- Developer: Saffire
- Publisher: Vivendi Universal Games
- Designer: Alan Tew
- Programmer: Joel Barber
- Artist: Walter Park
- Composers: Steve Kutay Tom Zehnder Cris Velasco
- Platforms: Game Boy Advance, PlayStation 2, Xbox
- Release: NA: May 7, 2004; EU: May 14, 2004;
- Genres: Action-adventure, hack and slash
- Mode: Single-player

= Van Helsing (video game) =

2004 video game

Van Helsing is an action-adventure video game for the PlayStation 2, Xbox and Game Boy Advance, which is based on the 2004 action horror film of the same name by Stephen Sommers. Hugh Jackman and Richard Roxburgh reprise their roles from the film. The game is one of the few games on PlayStation 2 that can run in 480p.

Whilst the console ports of the game received generally mixed reviews, the Game Boy Advance version of the game was near-universally panned, becoming one of the lowest rated games for the platform on Metacritic.

== Gameplay ==
The PS2 and Xbox versions of the game bears similarity to the Devil May Cry series by Capcom. Van Helsing begins the game wielding two handguns and his Tojo blades. He later acquires various other weapons, some of which are seen in the movie, such as the shotgun and the bow gun. Van Helsing can make use of both his firearms and his blades to dispatch enemies. The player also has the ability to use enhanced ammunition with Helsing's weapons once the ammo is found. Hitting the L1/LT trigger gives Van Helsing a blue-ish glow as he unloads his enhanced ammo. Van Helsing also can perform evasive rolls in four directions to avoid incoming attacks. Van Helsing also has a grappling hook that allows him to latch onto high ledges that are otherwise inaccessible. Van Helsing can make use of this grappling hook to start combos or to perform grappling jumps.
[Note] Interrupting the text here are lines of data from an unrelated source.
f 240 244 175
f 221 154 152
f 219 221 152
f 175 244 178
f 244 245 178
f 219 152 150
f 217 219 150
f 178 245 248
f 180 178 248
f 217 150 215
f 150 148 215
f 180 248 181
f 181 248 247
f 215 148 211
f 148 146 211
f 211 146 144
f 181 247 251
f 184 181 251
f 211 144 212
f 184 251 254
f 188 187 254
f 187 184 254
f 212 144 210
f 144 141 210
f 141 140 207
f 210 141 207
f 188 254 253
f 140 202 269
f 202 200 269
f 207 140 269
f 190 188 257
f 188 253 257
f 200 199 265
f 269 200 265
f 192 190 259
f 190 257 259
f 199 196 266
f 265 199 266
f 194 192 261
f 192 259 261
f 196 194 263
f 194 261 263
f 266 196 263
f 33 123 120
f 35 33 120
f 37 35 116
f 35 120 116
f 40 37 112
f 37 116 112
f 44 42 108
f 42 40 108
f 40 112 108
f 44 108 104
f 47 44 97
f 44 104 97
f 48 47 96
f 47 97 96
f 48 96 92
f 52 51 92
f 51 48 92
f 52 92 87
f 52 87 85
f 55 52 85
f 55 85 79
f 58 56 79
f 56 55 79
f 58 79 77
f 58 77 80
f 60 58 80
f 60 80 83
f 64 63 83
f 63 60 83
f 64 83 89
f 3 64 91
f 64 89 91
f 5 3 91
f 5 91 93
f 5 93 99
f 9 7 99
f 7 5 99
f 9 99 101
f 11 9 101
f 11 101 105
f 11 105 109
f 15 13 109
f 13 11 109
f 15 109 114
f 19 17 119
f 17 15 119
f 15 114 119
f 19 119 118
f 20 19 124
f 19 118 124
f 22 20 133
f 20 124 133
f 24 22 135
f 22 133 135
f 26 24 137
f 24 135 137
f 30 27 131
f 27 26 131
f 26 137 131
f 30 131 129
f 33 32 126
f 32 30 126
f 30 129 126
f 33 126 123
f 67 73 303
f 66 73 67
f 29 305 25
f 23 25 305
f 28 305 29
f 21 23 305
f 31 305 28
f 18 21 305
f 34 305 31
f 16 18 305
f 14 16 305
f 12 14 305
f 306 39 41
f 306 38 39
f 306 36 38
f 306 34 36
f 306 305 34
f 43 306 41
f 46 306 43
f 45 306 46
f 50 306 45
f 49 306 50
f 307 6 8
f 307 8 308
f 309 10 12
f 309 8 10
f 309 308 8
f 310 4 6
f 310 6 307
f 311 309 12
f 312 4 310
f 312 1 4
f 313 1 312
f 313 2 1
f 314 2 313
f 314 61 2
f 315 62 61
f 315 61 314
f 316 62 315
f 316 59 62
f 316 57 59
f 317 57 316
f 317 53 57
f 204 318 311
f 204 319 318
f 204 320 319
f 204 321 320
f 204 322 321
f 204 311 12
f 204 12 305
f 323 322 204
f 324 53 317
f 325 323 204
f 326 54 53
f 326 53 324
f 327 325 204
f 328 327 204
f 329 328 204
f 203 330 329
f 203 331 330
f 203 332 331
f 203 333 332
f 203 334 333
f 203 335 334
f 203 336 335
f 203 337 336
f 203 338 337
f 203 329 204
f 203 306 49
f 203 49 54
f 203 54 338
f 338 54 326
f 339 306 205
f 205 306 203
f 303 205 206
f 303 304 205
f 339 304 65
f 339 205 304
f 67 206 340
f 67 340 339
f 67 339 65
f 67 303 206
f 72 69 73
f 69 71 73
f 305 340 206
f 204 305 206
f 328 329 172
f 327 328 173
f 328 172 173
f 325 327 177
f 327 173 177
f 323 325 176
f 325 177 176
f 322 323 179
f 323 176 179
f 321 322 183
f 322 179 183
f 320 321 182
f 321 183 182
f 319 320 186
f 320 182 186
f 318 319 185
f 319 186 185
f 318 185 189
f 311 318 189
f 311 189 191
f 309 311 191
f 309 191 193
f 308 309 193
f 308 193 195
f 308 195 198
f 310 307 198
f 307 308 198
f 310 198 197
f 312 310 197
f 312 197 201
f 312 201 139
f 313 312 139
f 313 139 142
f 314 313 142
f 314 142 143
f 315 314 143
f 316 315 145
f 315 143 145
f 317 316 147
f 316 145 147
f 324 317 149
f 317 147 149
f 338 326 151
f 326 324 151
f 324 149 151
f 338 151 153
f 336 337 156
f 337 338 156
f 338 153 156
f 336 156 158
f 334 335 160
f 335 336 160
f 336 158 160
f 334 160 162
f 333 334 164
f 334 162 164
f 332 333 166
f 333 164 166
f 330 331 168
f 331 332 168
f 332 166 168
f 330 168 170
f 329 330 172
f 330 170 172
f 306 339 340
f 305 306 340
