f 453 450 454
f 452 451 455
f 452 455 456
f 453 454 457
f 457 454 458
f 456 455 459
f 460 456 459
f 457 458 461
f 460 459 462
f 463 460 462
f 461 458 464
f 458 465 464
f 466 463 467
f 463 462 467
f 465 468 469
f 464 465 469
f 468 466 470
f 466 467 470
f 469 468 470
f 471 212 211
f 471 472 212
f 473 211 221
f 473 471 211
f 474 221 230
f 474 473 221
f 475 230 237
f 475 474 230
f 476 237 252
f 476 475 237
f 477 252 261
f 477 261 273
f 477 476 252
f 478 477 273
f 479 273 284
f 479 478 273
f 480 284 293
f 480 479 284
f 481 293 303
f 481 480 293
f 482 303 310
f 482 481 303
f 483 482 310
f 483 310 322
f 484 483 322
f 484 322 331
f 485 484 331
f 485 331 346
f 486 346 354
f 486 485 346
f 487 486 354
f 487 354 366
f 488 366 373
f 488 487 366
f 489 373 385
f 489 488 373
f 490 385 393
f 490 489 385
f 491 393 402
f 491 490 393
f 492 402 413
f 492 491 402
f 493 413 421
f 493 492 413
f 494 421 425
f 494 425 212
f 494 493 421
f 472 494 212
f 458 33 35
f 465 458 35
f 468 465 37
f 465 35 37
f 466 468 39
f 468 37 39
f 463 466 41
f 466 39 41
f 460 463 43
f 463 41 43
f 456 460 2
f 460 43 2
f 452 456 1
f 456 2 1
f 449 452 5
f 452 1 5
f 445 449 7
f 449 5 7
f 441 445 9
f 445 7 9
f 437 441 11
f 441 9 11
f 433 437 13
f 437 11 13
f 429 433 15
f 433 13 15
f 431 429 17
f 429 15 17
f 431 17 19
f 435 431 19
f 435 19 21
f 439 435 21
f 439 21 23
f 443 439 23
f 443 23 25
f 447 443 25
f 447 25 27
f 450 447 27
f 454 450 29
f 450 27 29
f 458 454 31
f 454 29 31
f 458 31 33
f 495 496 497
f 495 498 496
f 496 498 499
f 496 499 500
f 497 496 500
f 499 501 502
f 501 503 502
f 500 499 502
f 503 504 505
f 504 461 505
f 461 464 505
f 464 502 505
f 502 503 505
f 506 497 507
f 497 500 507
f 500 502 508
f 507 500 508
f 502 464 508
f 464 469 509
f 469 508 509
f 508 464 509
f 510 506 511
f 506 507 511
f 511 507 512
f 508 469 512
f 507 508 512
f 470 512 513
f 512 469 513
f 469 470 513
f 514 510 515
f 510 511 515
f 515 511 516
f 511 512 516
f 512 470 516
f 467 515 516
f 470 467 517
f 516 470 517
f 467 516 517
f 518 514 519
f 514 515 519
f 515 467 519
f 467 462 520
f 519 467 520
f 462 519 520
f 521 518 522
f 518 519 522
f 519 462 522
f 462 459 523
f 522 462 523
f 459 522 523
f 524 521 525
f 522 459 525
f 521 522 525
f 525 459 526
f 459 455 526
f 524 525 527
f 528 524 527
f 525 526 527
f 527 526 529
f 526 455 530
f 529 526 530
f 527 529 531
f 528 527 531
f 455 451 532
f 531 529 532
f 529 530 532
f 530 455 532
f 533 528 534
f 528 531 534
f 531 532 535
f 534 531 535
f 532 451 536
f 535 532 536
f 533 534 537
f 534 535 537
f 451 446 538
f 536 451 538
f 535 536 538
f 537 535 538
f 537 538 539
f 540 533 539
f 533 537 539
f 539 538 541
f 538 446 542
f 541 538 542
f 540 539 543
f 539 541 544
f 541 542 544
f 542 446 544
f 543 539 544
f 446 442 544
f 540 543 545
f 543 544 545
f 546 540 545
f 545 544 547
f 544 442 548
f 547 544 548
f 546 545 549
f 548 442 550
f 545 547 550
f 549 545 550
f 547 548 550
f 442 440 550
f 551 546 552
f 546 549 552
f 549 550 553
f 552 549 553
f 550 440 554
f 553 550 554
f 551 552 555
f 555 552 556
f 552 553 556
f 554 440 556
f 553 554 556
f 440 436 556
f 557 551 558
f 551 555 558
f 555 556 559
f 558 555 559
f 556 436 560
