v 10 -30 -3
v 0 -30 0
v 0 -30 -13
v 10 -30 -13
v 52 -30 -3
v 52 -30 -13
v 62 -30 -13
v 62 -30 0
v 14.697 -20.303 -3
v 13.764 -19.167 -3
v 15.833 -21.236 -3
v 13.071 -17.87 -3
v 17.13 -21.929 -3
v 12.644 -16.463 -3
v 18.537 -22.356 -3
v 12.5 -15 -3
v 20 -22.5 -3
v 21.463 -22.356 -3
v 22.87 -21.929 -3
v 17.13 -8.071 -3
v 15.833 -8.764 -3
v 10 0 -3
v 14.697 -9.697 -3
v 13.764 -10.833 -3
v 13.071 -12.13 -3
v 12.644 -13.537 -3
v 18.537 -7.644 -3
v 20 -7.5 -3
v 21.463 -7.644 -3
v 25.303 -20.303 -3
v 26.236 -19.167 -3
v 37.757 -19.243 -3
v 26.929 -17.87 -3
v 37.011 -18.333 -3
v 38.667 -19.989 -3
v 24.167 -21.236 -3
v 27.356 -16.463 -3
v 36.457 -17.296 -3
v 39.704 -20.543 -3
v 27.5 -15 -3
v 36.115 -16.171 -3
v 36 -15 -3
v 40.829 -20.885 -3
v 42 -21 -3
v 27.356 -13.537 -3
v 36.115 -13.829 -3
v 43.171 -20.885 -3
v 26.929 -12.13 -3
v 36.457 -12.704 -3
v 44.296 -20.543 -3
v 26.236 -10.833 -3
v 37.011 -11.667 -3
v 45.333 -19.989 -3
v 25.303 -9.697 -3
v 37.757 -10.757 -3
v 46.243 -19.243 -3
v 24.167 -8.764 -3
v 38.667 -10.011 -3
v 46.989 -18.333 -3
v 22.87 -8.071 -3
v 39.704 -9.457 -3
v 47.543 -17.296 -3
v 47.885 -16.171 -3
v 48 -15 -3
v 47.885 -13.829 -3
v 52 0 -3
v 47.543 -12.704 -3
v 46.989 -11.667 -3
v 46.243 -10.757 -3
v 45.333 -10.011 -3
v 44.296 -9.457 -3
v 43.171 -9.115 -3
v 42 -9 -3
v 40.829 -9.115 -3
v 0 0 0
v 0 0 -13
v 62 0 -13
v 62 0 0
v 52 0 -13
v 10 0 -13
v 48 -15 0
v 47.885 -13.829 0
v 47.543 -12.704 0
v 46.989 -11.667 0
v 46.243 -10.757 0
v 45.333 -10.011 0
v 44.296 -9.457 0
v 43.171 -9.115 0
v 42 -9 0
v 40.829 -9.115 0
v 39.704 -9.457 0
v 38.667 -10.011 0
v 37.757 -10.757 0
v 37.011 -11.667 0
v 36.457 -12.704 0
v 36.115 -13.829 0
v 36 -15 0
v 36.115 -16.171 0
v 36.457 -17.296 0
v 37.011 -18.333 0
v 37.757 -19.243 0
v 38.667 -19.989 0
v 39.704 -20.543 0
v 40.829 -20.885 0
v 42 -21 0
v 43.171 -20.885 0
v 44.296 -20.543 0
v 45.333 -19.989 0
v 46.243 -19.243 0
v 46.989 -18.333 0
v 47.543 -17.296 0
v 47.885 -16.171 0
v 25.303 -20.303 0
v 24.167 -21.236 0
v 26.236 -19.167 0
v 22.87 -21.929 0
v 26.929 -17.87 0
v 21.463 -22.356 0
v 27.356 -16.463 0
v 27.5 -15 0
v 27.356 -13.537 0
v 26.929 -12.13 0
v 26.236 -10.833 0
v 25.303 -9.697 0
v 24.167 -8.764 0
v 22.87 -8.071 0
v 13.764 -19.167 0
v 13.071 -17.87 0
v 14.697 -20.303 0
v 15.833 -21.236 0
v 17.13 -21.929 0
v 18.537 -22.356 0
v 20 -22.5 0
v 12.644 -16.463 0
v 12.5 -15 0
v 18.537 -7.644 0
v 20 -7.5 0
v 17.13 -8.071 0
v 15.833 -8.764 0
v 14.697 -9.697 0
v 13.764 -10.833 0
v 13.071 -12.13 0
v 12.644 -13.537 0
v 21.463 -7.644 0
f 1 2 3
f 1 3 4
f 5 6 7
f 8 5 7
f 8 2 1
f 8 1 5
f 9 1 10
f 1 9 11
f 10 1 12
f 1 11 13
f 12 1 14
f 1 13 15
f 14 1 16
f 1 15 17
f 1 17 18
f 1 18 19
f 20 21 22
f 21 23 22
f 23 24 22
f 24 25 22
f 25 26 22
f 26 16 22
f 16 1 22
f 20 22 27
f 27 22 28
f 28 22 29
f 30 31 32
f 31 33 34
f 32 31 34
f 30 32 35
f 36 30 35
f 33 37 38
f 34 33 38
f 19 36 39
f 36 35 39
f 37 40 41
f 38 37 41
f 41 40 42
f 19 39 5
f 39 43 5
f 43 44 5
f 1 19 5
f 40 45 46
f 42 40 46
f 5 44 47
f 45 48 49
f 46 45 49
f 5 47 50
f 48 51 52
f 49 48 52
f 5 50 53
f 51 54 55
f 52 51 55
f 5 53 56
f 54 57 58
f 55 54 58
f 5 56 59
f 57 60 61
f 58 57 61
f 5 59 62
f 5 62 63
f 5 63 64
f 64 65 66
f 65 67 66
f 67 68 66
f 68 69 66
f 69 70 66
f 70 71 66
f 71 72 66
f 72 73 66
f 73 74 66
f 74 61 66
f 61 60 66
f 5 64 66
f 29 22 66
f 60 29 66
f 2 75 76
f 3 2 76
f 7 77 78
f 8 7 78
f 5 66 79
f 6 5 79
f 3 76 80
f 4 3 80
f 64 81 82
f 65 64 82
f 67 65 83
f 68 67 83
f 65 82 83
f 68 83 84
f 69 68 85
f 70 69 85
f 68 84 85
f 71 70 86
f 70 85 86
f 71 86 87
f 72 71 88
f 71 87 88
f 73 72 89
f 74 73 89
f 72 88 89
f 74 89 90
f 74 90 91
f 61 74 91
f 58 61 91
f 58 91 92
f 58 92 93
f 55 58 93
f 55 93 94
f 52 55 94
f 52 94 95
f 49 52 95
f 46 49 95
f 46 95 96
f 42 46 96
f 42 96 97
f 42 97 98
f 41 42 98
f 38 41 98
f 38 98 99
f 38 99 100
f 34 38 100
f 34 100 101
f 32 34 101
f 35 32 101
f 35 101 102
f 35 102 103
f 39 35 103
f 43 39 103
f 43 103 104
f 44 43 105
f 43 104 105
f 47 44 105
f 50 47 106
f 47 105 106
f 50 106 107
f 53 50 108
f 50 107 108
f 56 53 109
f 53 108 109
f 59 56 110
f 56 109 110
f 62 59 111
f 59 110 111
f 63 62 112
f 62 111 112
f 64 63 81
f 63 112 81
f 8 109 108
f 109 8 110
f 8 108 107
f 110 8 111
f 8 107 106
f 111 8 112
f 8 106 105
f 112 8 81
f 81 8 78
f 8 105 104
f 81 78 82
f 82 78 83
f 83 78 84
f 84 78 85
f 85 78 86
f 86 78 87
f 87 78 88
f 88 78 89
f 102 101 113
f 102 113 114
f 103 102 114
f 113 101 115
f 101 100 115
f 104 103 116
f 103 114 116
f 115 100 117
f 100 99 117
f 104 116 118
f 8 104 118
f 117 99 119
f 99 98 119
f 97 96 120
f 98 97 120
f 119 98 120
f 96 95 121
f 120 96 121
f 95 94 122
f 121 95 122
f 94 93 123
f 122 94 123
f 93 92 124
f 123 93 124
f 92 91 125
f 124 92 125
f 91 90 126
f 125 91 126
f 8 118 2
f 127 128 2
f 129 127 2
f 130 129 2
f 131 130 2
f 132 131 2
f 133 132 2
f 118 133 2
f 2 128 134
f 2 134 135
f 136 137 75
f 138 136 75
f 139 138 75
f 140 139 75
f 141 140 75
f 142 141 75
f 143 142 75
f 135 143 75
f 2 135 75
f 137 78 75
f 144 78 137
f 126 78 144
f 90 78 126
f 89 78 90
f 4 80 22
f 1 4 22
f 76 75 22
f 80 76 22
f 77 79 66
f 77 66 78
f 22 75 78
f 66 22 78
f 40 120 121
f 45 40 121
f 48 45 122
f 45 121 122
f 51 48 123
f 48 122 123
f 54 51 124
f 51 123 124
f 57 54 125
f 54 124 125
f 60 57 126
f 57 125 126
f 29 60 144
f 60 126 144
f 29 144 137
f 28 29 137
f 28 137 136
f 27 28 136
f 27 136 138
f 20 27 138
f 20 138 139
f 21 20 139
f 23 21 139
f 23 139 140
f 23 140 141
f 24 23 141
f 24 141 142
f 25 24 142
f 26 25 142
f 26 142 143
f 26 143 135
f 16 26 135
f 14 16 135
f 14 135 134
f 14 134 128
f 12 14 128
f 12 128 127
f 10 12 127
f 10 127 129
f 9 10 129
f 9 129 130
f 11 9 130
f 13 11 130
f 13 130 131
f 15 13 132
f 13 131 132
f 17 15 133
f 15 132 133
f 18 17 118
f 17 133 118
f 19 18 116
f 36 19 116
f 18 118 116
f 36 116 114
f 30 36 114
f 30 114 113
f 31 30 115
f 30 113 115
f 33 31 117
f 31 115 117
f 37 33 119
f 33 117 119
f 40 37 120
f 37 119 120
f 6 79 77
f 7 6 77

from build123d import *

# Parameters (mm, degrees)
F1_DEPTH = 30
F2_R     = 7.5
F2_R_2   = 6
F3_DEPTH = 13.001


with BuildPart() as f1:
    # F0 (on Front) → F1 (new body)
    with BuildSketch(Plane.XZ):
        Polygon((62, 0), (0, 0), (0, -13), (10, -13), (10, -3), (52, -3), (52, -13), (62, -13), align=None)
    extrude(amount=F1_DEPTH)

    # F2 (on face) → F3 (cut, through all)
    with BuildSketch(Plane.XY):
        with Locations((20, -15)):
            Circle(F2_R)
        with Locations((42, -15)):
            Circle(F2_R_2)
    extrude(amount=-F3_DEPTH, mode=Mode.SUBTRACT)


solid = f1.part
The game also features a shop mechanic where players can purchase additional combat techniques and power-ups to increase health and other characteristics. Items in the shop can be purchased by using "orbs" that are collected from fallen enemies.

The players can even collect the hat after having it knocked off by sustaining a hit from enemies and get points for retrieving the hat prior to completing a mission.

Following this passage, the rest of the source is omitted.